Start with a traditional crunch. Lie on your back with your knees bent and feet flat on the floor. Bring your navel toward your spine. This simple preparation for your crunch brings in the lateral abdominal muscles that brace the trunk and protect your back when you lift heavy objects. Raise your upper chest slowly off the ground, just a few inches, and count to three or four, and then return to the starting position. Perform a set of 12 repetitions.

The next exercise involves a twisting motion. Using the same position as the crunch, raise and twist your chest, bring one shoulder towards the opposite knee, for two counts. Look at your opposite elbow that is on the floor, the other shoulder only lifts enough to clear the shoulder blade. Hold for tow to three counts, and return slowly, two counts, to the start position, then repeat in the opposite direction.

Many Pilates exercises, as well as others, use a technique that emphasizes controlled motion of the trunk in order to allow the limbs to move freely. Lynn Millar, Ph.D., faculty at the American College of Sports Medicine, recommends the abdominal exercises, called abdominal hollowing. It can be done standing with your back lightly against a wall, with your feet placed 3 to 4 inches from the wall, or lying on your back. Without altering your back or rib position, contract your abs, pulling your stomach in. The goal is to hold the contraction for 60 seconds, breathing normally. Iyengar yoga also has a name for this abdominal toner: Uddiyana Bandha. Here the energy is made to move from the belly up to the head, and is practiced with 5 to 10 second holds.

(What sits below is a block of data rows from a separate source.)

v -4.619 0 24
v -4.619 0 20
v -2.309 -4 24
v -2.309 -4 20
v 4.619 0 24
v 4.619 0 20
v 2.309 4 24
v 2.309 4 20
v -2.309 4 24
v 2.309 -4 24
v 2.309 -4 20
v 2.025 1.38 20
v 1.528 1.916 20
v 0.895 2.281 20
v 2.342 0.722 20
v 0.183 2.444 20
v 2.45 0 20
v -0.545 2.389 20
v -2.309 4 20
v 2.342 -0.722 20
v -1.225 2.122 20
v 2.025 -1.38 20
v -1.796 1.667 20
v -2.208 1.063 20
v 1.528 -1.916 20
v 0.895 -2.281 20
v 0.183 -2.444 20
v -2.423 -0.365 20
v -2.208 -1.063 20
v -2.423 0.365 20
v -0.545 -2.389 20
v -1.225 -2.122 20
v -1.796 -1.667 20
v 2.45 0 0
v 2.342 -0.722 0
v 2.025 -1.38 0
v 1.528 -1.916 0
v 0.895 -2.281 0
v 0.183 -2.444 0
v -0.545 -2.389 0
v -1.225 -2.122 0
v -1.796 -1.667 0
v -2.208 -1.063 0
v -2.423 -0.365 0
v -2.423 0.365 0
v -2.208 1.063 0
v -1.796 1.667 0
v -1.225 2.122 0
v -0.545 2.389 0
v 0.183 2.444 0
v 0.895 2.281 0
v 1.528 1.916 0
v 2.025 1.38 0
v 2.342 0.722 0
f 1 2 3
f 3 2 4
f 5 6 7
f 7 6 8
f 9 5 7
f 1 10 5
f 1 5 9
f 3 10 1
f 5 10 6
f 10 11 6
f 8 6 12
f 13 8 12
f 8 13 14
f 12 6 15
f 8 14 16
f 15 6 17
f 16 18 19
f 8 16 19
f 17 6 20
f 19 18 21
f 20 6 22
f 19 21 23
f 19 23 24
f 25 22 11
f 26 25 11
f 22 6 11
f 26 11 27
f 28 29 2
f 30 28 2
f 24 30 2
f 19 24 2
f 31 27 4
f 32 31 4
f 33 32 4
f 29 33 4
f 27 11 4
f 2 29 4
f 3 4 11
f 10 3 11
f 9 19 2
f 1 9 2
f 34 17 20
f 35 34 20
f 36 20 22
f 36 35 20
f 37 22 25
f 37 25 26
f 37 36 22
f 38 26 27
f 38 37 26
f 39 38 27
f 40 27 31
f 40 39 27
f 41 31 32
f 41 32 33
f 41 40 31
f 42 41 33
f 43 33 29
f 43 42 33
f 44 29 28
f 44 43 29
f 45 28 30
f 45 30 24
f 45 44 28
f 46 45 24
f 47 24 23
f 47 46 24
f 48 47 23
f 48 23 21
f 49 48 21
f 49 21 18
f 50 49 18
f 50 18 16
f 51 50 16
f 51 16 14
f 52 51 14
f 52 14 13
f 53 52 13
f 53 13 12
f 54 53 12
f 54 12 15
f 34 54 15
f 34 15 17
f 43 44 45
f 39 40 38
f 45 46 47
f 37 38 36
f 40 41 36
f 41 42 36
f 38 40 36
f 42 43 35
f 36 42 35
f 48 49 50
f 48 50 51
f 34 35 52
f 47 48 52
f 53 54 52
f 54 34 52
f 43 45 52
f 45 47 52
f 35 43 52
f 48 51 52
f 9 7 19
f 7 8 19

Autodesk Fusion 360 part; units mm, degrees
sketch "Sketch1" plane through (0, 0, 0) normal (0, 0, 1) x (1, 0, 0)
  circle A0 centre (0, 0) radius 2.5
  dimension "d1" = 5
extrude "Extrude1" add sketch "Sketch1" along normal blind 20
sketch "Sketch2" plane through (0, 0, 20) normal (0, 0, 1) x (-1, 0, 0)
  circle A0 centre (0, 0) radius 2.5
  line L0 (-2.3094, 4) -> (-4.6188, 0)
  line L1 (-4.6188, 0) -> (-2.3094, -4)
  line L2 (-2.3094, -4) -> (2.3094, -4)
  line L3 (2.3094, -4) -> (4.6188, 0)
  line L4 (4.6188, 0) -> (2.3094, 4)
  line L5 (2.3094, 4) -> (-2.3094, 4)
  dimension "d4" = 4
extrude "Extrude2" add sketch "Sketch2" along normal blind 4 contours A0 | L0 L1 L2 L3 L4 L5
thread "Thread1" "ISO Metric profile 5.0 M5x0.8 6g" major diameter 4.901 minor diameter 3.9895 pitch 0.8 angle 60 resizes the face on face at (2.4969, -0.1246, 13.3333)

Because the back muscles are often weaker than the abs, the next exercise uses the trunk muscles as a dynamic corset. Lie on your side, on your elbow and forearm and bend your knees, as in a fetal position. Simultaneously lift your hips off the floor, until you are in a stiff side plank. Hold for 6 counts, then begin again for a set of 12 repetitions. As you become stronger, you can progress to having a BOSU or foam square under the elbow, or straighten the legs out so that the feet are stacked.

The Japanese use the word "hara" to mean both the belly and the source of life energy. Sometimes it's referred to as a "powerhouse" in other disciplines. We sometimes say "follow your gut instincts, or "that takes guts" implying that our bellies shelter an inner source of strength. Whatever your reasons for wanting to address your belly, the truth is if you want to see a reduction in belly fat, you are going to have to do a combination of aerobic activity and muscle-conditioning exercises and eat a sensible healthy diet. This does take patience and commitment, but the rewards could just be nice fitting pants before you know it, just in time for the holidays. I have a gut feeling you're excited to start today!